_WHAT TO PRODUCE_: Reproduce the entries below exactly, but only from the line containing "f 303 44 40" to the line containing "f 167 165 340", inclusive.
════════════════
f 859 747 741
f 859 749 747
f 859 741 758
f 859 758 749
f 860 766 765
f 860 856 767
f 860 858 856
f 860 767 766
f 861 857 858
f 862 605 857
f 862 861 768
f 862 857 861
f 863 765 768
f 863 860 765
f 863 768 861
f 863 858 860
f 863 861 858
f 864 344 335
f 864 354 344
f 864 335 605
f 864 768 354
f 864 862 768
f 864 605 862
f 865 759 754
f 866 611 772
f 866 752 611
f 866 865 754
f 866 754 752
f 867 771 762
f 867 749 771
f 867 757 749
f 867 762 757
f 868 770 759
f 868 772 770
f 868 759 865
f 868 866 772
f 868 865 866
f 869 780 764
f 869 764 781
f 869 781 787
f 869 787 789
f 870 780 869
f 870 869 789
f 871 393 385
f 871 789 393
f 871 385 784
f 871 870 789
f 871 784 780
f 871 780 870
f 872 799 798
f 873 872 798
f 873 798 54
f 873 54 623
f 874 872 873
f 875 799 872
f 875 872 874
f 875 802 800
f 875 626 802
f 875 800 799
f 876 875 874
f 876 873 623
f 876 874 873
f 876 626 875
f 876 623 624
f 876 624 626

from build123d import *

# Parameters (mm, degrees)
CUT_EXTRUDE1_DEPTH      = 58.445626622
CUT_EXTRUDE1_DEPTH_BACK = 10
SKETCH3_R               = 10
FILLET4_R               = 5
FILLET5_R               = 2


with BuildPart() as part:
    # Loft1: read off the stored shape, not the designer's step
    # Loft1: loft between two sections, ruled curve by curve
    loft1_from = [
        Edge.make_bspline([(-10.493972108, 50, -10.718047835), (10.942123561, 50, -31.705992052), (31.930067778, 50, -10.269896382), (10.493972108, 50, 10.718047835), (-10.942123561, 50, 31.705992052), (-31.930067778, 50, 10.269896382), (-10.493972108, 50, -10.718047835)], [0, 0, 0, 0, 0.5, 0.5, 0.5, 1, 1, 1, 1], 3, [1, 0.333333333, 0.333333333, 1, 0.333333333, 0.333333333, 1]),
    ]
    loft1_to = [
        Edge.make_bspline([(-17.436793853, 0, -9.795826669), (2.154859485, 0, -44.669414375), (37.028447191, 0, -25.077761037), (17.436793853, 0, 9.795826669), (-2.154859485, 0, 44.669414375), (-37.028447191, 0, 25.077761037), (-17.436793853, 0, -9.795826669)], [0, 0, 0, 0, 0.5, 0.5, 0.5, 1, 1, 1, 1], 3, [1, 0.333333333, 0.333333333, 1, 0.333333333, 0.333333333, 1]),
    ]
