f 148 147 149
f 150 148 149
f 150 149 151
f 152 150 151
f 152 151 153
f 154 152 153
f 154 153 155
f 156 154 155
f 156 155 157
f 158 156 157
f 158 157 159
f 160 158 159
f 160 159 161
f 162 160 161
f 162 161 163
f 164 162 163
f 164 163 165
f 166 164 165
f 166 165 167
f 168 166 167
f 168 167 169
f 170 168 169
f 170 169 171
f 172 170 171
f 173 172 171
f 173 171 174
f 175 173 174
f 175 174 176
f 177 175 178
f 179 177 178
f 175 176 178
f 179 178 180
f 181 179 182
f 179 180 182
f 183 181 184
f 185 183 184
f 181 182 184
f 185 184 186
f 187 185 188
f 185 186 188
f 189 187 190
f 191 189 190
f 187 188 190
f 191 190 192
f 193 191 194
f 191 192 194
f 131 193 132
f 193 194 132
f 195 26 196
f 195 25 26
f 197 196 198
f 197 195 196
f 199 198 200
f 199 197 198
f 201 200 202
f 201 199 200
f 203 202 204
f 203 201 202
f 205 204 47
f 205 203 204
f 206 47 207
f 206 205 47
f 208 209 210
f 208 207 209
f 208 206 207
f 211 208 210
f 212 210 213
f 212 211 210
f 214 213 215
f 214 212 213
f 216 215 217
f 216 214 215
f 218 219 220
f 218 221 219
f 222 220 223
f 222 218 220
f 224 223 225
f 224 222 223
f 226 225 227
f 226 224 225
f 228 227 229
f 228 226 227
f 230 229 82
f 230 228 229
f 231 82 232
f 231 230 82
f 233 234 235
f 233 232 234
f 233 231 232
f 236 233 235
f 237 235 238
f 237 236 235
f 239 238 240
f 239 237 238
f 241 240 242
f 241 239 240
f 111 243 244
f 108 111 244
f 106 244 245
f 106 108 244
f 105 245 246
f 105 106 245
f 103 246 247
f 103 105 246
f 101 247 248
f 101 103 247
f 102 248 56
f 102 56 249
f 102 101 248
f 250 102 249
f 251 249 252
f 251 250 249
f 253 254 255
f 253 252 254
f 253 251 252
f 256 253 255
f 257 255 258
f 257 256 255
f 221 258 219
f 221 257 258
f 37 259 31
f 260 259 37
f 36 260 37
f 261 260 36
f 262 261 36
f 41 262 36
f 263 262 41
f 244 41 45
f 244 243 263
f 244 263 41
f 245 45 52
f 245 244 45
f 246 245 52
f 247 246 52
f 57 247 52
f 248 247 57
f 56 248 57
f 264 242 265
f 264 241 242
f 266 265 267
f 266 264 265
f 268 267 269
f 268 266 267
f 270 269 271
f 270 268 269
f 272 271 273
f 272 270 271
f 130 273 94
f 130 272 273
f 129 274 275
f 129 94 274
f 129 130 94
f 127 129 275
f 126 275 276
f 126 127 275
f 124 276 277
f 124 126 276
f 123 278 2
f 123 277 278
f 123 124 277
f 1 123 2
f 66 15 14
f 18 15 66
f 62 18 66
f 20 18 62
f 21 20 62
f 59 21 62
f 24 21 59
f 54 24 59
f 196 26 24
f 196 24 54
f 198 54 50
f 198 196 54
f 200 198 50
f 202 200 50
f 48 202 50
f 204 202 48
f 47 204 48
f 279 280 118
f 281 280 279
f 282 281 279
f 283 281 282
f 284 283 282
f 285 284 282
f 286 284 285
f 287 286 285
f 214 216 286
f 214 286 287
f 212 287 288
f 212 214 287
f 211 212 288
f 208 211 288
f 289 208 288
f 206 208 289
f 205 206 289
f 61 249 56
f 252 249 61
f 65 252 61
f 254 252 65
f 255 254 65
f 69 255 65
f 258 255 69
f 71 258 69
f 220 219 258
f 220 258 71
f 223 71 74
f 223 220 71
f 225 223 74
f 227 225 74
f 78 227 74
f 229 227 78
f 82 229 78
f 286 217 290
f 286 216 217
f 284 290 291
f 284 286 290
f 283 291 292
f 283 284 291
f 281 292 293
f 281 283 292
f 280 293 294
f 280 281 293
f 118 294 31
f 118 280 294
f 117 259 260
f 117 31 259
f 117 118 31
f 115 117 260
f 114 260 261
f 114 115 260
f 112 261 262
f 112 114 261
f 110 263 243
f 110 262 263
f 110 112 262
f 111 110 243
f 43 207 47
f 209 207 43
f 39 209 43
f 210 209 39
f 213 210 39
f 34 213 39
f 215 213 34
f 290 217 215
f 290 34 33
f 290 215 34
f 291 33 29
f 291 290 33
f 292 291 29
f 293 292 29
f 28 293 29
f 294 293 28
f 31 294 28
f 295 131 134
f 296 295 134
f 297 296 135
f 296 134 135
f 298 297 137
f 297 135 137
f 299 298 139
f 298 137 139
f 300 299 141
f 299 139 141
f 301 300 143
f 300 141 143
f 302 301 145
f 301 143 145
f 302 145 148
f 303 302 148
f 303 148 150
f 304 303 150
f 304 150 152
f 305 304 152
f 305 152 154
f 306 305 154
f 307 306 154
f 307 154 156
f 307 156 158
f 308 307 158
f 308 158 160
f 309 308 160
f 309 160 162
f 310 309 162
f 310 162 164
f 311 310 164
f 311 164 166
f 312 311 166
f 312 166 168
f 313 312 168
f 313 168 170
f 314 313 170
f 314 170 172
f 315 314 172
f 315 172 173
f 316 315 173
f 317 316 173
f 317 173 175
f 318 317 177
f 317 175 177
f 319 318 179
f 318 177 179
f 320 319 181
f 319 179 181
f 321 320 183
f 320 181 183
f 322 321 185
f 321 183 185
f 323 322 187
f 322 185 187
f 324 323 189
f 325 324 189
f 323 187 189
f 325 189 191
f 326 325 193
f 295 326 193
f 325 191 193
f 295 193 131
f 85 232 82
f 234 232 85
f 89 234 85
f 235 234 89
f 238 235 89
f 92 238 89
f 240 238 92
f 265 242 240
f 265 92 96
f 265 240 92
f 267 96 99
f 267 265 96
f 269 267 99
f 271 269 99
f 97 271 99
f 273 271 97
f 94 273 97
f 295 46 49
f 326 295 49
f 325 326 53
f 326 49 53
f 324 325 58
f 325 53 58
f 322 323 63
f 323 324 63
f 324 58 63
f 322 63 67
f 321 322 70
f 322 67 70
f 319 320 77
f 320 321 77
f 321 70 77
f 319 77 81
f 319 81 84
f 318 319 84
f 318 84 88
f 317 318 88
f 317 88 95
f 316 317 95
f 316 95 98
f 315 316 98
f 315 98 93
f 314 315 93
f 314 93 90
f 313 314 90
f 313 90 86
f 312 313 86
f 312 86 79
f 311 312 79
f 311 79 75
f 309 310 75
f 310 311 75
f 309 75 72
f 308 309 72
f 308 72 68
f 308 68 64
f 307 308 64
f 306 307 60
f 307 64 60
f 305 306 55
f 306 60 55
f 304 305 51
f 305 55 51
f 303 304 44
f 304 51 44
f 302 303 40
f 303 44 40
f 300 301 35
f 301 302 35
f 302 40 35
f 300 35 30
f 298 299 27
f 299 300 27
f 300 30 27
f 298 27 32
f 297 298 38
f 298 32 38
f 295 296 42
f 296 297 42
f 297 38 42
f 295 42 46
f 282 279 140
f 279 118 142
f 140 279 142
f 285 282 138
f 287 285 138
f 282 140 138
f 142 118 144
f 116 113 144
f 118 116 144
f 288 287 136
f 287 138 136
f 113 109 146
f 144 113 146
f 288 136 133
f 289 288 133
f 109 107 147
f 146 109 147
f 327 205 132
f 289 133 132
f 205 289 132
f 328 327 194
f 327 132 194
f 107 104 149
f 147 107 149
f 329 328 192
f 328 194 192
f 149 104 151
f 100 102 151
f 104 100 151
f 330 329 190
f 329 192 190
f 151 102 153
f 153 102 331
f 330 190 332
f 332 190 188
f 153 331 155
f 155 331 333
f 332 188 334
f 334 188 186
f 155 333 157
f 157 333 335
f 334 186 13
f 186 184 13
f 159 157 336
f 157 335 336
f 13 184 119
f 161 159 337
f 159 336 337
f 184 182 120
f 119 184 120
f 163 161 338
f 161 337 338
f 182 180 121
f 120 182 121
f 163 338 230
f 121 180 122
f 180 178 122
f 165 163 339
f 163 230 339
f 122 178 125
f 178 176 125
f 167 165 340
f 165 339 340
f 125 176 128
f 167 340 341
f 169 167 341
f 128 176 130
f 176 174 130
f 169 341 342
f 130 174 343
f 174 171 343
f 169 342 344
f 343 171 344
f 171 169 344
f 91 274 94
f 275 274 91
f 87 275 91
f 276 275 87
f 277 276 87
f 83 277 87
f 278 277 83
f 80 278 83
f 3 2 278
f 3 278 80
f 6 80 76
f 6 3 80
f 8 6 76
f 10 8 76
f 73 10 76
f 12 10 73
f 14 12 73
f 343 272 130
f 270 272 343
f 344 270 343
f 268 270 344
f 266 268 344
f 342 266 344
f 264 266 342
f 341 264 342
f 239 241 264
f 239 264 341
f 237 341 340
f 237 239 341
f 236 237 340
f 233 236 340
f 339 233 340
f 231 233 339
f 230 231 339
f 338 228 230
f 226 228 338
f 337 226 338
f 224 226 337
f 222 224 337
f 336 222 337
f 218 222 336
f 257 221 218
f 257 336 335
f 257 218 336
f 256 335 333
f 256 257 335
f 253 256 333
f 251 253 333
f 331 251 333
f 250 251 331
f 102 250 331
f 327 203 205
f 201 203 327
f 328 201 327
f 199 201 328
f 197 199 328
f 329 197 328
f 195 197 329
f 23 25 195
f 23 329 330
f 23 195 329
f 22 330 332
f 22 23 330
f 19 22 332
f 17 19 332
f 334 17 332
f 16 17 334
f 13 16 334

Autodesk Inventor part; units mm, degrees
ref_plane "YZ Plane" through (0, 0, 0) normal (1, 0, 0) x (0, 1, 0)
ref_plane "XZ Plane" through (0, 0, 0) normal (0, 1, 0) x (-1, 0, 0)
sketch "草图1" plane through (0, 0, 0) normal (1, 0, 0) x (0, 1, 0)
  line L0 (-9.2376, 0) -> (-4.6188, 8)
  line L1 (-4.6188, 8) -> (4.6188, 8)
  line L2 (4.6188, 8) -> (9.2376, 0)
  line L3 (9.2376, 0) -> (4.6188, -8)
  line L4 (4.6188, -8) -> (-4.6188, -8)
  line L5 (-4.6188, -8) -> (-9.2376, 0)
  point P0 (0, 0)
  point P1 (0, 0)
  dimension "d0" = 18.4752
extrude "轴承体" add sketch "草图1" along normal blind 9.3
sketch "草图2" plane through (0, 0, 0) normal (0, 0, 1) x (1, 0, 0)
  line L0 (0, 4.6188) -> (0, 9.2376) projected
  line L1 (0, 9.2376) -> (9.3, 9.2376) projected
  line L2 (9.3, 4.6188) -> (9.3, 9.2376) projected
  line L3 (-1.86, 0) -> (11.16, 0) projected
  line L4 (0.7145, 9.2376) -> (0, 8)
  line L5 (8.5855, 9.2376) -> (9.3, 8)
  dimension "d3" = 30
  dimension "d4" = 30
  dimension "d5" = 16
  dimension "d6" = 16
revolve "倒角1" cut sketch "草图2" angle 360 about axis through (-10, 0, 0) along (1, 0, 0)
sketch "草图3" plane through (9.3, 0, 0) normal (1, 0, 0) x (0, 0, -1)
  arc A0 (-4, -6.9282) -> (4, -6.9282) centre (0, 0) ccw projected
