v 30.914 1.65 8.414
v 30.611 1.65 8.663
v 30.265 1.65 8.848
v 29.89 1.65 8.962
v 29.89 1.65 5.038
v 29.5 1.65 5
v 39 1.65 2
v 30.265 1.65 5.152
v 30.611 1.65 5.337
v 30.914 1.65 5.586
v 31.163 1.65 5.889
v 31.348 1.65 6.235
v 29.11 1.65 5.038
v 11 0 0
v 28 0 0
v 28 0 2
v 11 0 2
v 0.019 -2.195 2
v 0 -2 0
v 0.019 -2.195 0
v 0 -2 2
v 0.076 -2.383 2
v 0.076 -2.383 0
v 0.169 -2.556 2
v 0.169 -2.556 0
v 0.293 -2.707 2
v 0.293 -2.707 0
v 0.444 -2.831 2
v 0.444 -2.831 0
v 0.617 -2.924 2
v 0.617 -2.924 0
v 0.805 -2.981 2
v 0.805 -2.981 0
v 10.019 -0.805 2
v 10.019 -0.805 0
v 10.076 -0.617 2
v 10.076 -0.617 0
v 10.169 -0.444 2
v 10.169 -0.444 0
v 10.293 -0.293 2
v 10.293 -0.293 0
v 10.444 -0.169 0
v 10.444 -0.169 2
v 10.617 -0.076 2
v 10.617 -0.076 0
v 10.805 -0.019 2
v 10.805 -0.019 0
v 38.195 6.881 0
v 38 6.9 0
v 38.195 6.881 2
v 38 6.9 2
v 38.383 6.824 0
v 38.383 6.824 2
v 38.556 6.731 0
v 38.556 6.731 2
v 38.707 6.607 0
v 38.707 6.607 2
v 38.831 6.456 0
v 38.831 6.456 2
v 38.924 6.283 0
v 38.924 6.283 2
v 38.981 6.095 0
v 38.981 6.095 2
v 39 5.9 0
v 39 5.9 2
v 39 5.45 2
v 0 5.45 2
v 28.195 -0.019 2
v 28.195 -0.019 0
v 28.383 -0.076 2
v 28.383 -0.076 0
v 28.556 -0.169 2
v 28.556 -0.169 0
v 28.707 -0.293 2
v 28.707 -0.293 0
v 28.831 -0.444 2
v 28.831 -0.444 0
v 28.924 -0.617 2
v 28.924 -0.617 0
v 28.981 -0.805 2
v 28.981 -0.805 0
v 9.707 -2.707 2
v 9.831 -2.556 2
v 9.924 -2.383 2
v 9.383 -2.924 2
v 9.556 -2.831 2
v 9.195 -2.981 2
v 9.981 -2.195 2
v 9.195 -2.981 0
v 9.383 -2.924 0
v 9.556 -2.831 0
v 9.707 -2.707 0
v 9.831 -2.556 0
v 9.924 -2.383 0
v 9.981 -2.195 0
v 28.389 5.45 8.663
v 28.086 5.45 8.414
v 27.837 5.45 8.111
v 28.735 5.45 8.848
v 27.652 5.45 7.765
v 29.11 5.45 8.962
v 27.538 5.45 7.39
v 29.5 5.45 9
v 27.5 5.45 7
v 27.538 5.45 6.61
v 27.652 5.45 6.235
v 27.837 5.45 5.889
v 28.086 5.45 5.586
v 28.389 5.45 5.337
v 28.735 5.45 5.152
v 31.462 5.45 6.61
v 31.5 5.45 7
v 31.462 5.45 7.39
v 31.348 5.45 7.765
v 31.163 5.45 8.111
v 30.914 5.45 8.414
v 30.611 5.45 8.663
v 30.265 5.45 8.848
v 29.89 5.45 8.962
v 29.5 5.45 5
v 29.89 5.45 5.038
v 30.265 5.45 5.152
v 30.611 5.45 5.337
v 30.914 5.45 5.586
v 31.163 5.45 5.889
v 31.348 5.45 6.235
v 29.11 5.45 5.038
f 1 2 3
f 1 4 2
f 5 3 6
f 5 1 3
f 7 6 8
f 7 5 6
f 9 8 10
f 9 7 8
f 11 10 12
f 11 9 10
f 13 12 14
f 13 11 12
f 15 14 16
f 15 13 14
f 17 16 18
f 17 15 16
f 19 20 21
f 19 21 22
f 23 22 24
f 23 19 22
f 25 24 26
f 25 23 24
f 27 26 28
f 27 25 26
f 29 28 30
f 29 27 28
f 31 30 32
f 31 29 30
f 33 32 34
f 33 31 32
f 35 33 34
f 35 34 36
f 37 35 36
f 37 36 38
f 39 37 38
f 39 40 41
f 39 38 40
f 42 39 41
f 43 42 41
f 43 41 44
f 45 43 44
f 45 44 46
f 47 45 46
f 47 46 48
════════════════
_EXERCISE ANSWER_:
f 303 44 40
f 300 301 35
f 301 302 35
f 302 40 35
f 300 35 30
f 298 299 27
f 299 300 27
f 300 30 27
f 298 27 32
f 297 298 38
f 298 32 38
f 295 296 42
f 296 297 42
f 297 38 42
f 295 42 46
f 282 279 140
f 279 118 142
f 140 279 142
f 285 282 138
f 287 285 138
f 282 140 138
f 142 118 144
f 116 113 144
f 118 116 144
f 288 287 136
f 287 138 136
f 113 109 146
f 144 113 146
f 288 136 133
f 289 288 133
f 109 107 147
f 146 109 147
f 327 205 132
f 289 133 132
f 205 289 132
f 328 327 194
f 327 132 194
f 107 104 149
f 147 107 149
f 329 328 192
f 328 194 192
f 149 104 151
f 100 102 151
f 104 100 151
f 330 329 190
f 329 192 190
f 151 102 153
f 153 102 331
f 330 190 332
f 332 190 188
f 153 331 155
f 155 331 333
f 332 188 334
f 334 188 186
f 155 333 157
f 157 333 335
f 334 186 13
f 186 184 13
f 159 157 336
f 157 335 336
f 13 184 119
f 161 159 337
f 159 336 337
f 184 182 120
f 119 184 120
f 163 161 338
f 161 337 338
f 182 180 121
f 120 182 121
f 163 338 230
f 121 180 122
f 180 178 122
f 165 163 339
f 163 230 339
f 122 178 125
f 178 176 125
f 167 165 340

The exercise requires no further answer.